--- WORK REQUEST ---
Among the lines below, a stretch begins at the one with "v 63.505 -2.56 0" and ends at the one with "v 60.022 -1.193 2". Repeat that stretch exactly, ends included.

*** Opening of DATASET CONTENT ***

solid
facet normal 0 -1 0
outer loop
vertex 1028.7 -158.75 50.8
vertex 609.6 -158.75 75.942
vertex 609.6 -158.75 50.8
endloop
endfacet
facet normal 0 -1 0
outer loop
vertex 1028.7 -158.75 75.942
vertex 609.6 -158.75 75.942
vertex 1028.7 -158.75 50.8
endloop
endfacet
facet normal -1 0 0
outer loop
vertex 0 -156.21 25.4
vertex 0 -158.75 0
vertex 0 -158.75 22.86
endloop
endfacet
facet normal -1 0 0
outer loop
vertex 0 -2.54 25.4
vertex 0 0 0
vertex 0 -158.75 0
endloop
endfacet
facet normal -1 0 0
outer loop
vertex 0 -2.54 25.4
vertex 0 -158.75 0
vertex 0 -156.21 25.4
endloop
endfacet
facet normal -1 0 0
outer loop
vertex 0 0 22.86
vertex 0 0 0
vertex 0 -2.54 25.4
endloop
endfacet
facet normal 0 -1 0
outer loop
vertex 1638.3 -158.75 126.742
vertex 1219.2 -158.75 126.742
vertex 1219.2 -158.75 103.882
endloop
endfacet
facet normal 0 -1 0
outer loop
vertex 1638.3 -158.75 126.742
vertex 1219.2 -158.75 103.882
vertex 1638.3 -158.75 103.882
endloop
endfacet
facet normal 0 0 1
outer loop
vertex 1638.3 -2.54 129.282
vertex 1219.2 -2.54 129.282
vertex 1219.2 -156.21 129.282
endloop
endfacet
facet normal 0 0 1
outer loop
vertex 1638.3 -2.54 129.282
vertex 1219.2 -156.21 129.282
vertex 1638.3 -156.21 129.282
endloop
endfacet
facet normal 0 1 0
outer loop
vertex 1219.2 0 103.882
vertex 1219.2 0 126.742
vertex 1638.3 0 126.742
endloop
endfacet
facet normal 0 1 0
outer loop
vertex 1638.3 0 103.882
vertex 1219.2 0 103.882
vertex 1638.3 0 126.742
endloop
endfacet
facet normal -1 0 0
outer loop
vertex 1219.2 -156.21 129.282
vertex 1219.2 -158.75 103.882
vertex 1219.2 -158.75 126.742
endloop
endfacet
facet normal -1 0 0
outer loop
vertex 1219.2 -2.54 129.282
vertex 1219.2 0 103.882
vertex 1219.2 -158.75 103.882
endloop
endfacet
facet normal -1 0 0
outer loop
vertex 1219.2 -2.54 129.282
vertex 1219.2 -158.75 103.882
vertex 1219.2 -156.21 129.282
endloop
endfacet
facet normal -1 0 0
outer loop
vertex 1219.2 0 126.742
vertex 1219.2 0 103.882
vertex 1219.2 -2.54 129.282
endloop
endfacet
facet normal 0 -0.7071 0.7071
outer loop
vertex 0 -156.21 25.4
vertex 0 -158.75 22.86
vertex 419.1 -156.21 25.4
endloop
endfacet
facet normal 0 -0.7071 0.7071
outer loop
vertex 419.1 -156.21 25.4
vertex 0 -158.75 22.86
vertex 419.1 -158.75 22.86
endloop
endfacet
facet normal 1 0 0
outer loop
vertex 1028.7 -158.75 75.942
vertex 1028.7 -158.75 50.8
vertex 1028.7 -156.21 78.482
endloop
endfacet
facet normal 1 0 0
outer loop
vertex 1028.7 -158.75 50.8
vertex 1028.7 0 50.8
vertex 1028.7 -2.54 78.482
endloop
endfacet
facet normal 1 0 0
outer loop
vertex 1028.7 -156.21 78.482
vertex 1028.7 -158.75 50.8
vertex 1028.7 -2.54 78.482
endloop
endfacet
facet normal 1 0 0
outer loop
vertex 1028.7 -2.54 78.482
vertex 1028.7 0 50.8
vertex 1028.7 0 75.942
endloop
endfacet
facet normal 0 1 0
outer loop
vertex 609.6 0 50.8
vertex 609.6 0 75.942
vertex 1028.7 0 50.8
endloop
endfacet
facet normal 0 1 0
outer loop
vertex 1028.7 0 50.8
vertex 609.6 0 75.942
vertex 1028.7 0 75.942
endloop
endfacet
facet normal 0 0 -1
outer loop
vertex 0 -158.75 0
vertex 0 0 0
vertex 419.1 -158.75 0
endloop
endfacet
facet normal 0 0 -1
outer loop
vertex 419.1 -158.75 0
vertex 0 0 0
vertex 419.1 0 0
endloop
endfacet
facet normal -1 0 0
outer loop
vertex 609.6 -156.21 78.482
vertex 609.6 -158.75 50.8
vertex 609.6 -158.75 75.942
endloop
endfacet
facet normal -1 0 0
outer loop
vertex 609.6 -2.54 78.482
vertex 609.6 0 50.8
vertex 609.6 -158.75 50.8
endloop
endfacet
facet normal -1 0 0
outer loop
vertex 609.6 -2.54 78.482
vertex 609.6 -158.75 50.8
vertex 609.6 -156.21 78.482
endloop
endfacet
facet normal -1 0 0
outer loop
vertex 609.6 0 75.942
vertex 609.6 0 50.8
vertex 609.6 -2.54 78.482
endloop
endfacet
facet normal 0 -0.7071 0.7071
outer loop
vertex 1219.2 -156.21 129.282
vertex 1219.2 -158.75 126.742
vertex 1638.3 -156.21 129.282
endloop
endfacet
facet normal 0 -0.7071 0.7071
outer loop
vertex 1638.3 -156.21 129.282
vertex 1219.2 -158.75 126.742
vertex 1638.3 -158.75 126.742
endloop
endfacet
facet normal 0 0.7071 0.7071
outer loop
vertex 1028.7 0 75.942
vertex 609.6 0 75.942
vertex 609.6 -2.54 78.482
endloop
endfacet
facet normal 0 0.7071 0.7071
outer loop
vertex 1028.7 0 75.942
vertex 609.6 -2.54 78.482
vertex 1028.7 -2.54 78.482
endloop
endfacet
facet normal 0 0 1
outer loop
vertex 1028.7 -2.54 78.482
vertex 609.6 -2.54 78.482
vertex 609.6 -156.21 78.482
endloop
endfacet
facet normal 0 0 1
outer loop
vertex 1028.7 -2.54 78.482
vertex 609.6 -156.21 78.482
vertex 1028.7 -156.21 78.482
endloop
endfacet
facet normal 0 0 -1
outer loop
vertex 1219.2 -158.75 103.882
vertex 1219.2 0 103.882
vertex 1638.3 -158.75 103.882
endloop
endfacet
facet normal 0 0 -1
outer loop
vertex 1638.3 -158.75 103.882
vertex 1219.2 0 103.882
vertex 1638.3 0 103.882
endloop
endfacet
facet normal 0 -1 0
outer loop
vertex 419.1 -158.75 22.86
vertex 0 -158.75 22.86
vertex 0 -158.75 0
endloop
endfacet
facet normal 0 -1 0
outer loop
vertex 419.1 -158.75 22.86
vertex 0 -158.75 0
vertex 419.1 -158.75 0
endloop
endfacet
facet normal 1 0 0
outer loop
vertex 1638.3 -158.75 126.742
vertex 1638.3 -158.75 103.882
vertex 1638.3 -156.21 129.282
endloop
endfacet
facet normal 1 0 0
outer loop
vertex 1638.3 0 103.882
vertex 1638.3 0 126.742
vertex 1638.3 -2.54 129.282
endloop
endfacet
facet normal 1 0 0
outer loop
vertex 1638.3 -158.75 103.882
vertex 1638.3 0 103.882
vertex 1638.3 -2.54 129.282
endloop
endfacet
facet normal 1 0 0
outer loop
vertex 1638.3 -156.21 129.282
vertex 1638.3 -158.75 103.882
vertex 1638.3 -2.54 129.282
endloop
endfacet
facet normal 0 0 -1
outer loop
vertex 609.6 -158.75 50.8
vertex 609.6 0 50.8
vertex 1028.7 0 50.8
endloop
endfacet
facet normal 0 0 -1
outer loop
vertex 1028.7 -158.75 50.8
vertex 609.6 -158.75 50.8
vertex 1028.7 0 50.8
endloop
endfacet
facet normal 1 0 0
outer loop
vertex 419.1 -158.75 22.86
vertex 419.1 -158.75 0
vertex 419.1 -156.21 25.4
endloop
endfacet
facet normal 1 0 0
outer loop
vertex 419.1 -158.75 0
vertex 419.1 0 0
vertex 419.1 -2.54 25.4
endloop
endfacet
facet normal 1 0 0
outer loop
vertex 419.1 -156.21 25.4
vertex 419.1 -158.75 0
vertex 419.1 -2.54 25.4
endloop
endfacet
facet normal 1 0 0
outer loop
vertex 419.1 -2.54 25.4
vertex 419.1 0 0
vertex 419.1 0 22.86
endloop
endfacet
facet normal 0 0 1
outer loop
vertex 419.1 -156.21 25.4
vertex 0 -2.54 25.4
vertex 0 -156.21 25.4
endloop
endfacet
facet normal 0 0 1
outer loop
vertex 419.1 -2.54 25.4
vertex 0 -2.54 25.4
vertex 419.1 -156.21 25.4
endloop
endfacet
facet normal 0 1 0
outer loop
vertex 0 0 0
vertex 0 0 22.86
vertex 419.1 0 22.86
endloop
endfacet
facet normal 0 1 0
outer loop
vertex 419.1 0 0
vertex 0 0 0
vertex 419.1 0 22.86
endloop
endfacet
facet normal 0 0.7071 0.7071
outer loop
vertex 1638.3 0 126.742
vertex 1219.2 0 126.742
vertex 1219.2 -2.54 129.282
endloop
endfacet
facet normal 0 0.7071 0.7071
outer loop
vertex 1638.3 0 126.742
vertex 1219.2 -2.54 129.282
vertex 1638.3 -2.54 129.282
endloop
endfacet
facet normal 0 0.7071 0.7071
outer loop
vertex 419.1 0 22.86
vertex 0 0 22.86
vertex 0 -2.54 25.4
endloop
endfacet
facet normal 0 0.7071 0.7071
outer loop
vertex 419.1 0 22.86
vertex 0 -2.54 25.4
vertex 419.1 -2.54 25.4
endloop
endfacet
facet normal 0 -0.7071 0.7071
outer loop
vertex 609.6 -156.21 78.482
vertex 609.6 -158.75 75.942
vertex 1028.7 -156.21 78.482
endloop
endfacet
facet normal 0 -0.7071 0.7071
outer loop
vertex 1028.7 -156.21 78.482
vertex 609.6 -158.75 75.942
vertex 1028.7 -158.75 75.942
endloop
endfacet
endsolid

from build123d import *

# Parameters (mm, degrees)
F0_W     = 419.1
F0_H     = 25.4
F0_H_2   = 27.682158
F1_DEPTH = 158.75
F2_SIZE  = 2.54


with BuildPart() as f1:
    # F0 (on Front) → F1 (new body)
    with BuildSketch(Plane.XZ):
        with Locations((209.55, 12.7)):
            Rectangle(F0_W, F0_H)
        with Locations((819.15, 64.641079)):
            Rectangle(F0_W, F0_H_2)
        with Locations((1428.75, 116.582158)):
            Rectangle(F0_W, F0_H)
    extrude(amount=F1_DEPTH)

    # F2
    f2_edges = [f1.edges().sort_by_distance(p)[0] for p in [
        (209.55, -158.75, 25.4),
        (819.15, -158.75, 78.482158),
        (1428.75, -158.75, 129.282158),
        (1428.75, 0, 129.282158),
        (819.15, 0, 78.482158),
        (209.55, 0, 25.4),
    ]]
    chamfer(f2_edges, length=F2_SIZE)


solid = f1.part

*** Close of DATASET CONTENT ***
*** Opening of DATASET CONTENT ***

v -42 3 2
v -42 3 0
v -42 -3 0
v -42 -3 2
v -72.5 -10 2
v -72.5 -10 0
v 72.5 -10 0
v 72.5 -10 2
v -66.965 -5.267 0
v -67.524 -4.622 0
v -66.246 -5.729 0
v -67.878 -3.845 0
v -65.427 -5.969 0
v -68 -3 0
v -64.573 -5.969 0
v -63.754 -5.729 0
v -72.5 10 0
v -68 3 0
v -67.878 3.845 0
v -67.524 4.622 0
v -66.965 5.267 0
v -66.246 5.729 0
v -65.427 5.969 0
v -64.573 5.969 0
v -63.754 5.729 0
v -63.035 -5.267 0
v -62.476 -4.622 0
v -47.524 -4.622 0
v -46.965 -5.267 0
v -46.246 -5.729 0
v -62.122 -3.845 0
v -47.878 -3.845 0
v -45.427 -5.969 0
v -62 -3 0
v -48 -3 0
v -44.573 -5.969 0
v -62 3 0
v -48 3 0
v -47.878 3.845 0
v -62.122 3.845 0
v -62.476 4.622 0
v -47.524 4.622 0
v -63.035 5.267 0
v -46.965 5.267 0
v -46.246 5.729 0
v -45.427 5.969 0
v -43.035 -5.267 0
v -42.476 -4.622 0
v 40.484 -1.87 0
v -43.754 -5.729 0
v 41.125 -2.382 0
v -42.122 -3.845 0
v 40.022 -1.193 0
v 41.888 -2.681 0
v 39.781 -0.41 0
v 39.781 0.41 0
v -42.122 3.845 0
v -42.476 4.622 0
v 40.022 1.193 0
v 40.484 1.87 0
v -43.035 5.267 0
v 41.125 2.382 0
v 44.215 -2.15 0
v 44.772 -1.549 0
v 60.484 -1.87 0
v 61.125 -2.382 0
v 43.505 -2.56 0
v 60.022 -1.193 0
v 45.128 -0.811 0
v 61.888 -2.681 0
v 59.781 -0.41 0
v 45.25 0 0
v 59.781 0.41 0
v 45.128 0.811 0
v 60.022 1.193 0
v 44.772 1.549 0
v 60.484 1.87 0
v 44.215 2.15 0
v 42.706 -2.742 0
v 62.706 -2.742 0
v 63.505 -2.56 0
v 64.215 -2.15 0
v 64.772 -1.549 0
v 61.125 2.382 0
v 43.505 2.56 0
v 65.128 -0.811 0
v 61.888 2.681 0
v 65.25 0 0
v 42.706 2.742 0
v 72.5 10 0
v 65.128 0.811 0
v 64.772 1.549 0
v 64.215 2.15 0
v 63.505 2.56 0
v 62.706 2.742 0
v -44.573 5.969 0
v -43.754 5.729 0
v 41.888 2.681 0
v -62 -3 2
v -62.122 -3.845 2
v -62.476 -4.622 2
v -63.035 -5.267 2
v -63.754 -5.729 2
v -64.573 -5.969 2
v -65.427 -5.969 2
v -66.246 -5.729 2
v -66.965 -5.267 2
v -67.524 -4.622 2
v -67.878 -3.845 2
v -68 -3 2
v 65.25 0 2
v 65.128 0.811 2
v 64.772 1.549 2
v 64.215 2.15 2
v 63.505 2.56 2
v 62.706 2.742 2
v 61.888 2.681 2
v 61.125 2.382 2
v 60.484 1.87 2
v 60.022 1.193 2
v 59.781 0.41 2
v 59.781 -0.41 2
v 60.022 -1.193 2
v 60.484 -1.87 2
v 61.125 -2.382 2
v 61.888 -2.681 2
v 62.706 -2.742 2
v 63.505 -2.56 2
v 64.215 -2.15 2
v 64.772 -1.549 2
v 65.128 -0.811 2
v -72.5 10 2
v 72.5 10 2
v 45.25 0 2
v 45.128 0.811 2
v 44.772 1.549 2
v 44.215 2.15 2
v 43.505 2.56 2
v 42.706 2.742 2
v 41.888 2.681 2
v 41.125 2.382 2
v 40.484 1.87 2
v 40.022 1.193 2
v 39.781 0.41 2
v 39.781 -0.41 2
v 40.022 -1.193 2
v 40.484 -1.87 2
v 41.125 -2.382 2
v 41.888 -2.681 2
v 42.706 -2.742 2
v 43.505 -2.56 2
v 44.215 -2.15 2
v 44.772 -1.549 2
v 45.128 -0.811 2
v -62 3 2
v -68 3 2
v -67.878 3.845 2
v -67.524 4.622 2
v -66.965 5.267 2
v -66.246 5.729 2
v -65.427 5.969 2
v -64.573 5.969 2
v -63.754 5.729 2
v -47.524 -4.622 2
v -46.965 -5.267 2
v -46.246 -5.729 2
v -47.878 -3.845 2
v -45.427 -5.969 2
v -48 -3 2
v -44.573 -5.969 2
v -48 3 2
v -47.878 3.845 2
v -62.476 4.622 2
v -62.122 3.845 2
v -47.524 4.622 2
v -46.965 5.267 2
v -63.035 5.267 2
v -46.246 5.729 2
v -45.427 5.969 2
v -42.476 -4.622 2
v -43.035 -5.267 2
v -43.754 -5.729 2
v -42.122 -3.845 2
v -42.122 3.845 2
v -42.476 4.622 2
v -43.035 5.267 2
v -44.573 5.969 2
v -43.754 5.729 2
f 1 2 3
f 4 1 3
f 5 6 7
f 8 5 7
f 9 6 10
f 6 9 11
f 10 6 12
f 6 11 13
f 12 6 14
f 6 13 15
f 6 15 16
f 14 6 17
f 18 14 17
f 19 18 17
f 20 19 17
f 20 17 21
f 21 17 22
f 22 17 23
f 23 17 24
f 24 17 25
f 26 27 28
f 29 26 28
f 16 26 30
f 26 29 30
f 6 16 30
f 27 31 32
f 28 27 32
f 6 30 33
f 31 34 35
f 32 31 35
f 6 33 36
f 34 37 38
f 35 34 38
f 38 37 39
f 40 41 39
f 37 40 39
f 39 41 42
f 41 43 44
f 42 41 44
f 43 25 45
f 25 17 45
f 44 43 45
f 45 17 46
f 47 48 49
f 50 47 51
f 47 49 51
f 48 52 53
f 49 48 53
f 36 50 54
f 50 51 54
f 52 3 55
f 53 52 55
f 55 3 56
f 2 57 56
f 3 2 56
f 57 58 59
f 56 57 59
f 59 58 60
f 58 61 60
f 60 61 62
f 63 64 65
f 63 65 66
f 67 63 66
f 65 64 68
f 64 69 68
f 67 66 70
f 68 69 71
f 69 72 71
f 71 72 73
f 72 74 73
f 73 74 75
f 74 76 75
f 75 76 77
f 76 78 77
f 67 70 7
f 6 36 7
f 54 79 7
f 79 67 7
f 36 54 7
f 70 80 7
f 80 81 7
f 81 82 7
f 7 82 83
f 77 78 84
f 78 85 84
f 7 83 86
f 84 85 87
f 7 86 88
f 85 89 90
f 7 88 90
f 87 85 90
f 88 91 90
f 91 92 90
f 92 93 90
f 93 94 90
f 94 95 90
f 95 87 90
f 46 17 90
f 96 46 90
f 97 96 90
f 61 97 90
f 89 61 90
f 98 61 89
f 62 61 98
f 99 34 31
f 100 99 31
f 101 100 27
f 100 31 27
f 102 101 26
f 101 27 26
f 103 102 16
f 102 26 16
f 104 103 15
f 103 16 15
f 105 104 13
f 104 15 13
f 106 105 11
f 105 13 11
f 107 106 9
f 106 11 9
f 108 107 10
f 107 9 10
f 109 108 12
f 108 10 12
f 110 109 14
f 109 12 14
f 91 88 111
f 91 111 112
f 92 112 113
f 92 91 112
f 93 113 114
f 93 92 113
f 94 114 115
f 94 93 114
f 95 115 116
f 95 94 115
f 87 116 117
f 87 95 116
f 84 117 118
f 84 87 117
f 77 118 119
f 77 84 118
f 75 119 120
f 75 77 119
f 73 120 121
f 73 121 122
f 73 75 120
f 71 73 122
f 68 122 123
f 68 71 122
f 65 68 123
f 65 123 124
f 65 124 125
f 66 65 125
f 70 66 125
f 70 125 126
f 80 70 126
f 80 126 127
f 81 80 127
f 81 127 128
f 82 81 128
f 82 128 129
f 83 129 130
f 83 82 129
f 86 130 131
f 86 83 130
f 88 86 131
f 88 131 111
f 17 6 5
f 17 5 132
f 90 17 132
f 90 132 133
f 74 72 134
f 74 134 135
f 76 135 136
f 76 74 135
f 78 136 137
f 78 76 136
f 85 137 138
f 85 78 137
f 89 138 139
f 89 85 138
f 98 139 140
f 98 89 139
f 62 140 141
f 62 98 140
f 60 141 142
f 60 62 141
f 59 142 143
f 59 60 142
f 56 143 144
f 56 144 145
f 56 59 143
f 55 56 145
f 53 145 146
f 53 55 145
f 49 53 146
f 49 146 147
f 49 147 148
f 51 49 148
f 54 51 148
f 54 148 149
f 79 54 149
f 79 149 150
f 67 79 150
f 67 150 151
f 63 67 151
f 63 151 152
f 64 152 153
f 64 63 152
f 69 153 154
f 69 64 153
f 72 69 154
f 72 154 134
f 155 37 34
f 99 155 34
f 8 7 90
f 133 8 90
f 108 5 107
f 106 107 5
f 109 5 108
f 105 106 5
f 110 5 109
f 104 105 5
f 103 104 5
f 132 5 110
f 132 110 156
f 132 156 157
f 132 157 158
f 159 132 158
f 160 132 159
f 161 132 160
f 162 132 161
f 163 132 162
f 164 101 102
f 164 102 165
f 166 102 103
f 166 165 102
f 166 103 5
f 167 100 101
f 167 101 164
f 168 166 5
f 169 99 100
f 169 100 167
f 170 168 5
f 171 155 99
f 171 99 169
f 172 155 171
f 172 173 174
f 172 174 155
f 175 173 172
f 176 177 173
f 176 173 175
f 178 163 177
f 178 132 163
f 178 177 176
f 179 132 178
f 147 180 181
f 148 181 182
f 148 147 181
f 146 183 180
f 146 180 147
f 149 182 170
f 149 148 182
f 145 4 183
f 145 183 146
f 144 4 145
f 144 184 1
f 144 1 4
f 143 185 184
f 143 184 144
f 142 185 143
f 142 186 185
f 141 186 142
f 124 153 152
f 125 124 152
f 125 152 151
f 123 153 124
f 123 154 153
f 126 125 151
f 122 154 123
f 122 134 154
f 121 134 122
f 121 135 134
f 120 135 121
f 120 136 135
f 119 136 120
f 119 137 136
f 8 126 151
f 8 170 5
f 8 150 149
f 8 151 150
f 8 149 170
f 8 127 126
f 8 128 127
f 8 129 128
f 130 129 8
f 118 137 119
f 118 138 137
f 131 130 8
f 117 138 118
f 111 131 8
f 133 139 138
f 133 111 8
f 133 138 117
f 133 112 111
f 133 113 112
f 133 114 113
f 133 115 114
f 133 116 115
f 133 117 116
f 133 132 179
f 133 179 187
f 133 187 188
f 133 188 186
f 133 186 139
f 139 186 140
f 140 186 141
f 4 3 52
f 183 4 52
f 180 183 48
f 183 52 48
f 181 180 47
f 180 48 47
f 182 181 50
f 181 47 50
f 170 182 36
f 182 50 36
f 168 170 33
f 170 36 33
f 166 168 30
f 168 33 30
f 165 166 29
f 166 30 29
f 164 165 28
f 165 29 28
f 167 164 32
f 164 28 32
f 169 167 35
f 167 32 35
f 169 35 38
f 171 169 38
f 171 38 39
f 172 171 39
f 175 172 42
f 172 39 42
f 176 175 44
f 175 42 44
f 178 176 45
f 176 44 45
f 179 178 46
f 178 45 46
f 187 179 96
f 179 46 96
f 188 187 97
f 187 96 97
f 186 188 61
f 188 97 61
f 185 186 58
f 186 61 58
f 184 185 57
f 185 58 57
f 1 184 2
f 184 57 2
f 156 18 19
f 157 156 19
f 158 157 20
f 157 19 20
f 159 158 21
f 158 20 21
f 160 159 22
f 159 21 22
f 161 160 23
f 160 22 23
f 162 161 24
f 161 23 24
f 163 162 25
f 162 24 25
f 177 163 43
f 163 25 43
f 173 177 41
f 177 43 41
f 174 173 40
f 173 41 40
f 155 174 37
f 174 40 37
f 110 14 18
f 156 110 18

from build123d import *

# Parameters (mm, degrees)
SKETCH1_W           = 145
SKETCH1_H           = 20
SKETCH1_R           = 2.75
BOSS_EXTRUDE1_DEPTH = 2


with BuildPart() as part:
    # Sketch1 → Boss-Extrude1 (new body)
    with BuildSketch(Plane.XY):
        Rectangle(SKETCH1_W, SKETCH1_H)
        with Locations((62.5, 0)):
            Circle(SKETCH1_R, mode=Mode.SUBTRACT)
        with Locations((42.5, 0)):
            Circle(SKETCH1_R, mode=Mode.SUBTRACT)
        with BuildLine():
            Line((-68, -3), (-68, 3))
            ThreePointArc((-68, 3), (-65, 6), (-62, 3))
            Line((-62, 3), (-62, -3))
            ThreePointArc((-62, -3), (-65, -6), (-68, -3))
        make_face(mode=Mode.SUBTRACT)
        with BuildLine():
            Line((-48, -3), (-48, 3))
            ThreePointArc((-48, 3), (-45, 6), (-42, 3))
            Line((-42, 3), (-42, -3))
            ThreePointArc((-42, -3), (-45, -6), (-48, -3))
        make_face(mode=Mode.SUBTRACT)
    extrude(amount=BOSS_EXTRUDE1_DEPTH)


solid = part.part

*** Close of DATASET CONTENT ***

--- ANSWER ---
v 63.505 -2.56 0
v 64.215 -2.15 0
v 64.772 -1.549 0
v 61.125 2.382 0
v 43.505 2.56 0
v 65.128 -0.811 0
v 61.888 2.681 0
v 65.25 0 0
v 42.706 2.742 0
v 72.5 10 0
v 65.128 0.811 0
v 64.772 1.549 0
v 64.215 2.15 0
v 63.505 2.56 0
v 62.706 2.742 0
v -44.573 5.969 0
v -43.754 5.729 0
v 41.888 2.681 0
v -62 -3 2
v -62.122 -3.845 2
v -62.476 -4.622 2
v -63.035 -5.267 2
v -63.754 -5.729 2
v -64.573 -5.969 2
v -65.427 -5.969 2
v -66.246 -5.729 2
v -66.965 -5.267 2
v -67.524 -4.622 2
v -67.878 -3.845 2
v -68 -3 2
v 65.25 0 2
v 65.128 0.811 2
v 64.772 1.549 2
v 64.215 2.15 2
v 63.505 2.56 2
v 62.706 2.742 2
v 61.888 2.681 2
v 61.125 2.382 2
v 60.484 1.87 2
v 60.022 1.193 2
v 59.781 0.41 2
v 59.781 -0.41 2
v 60.022 -1.193 2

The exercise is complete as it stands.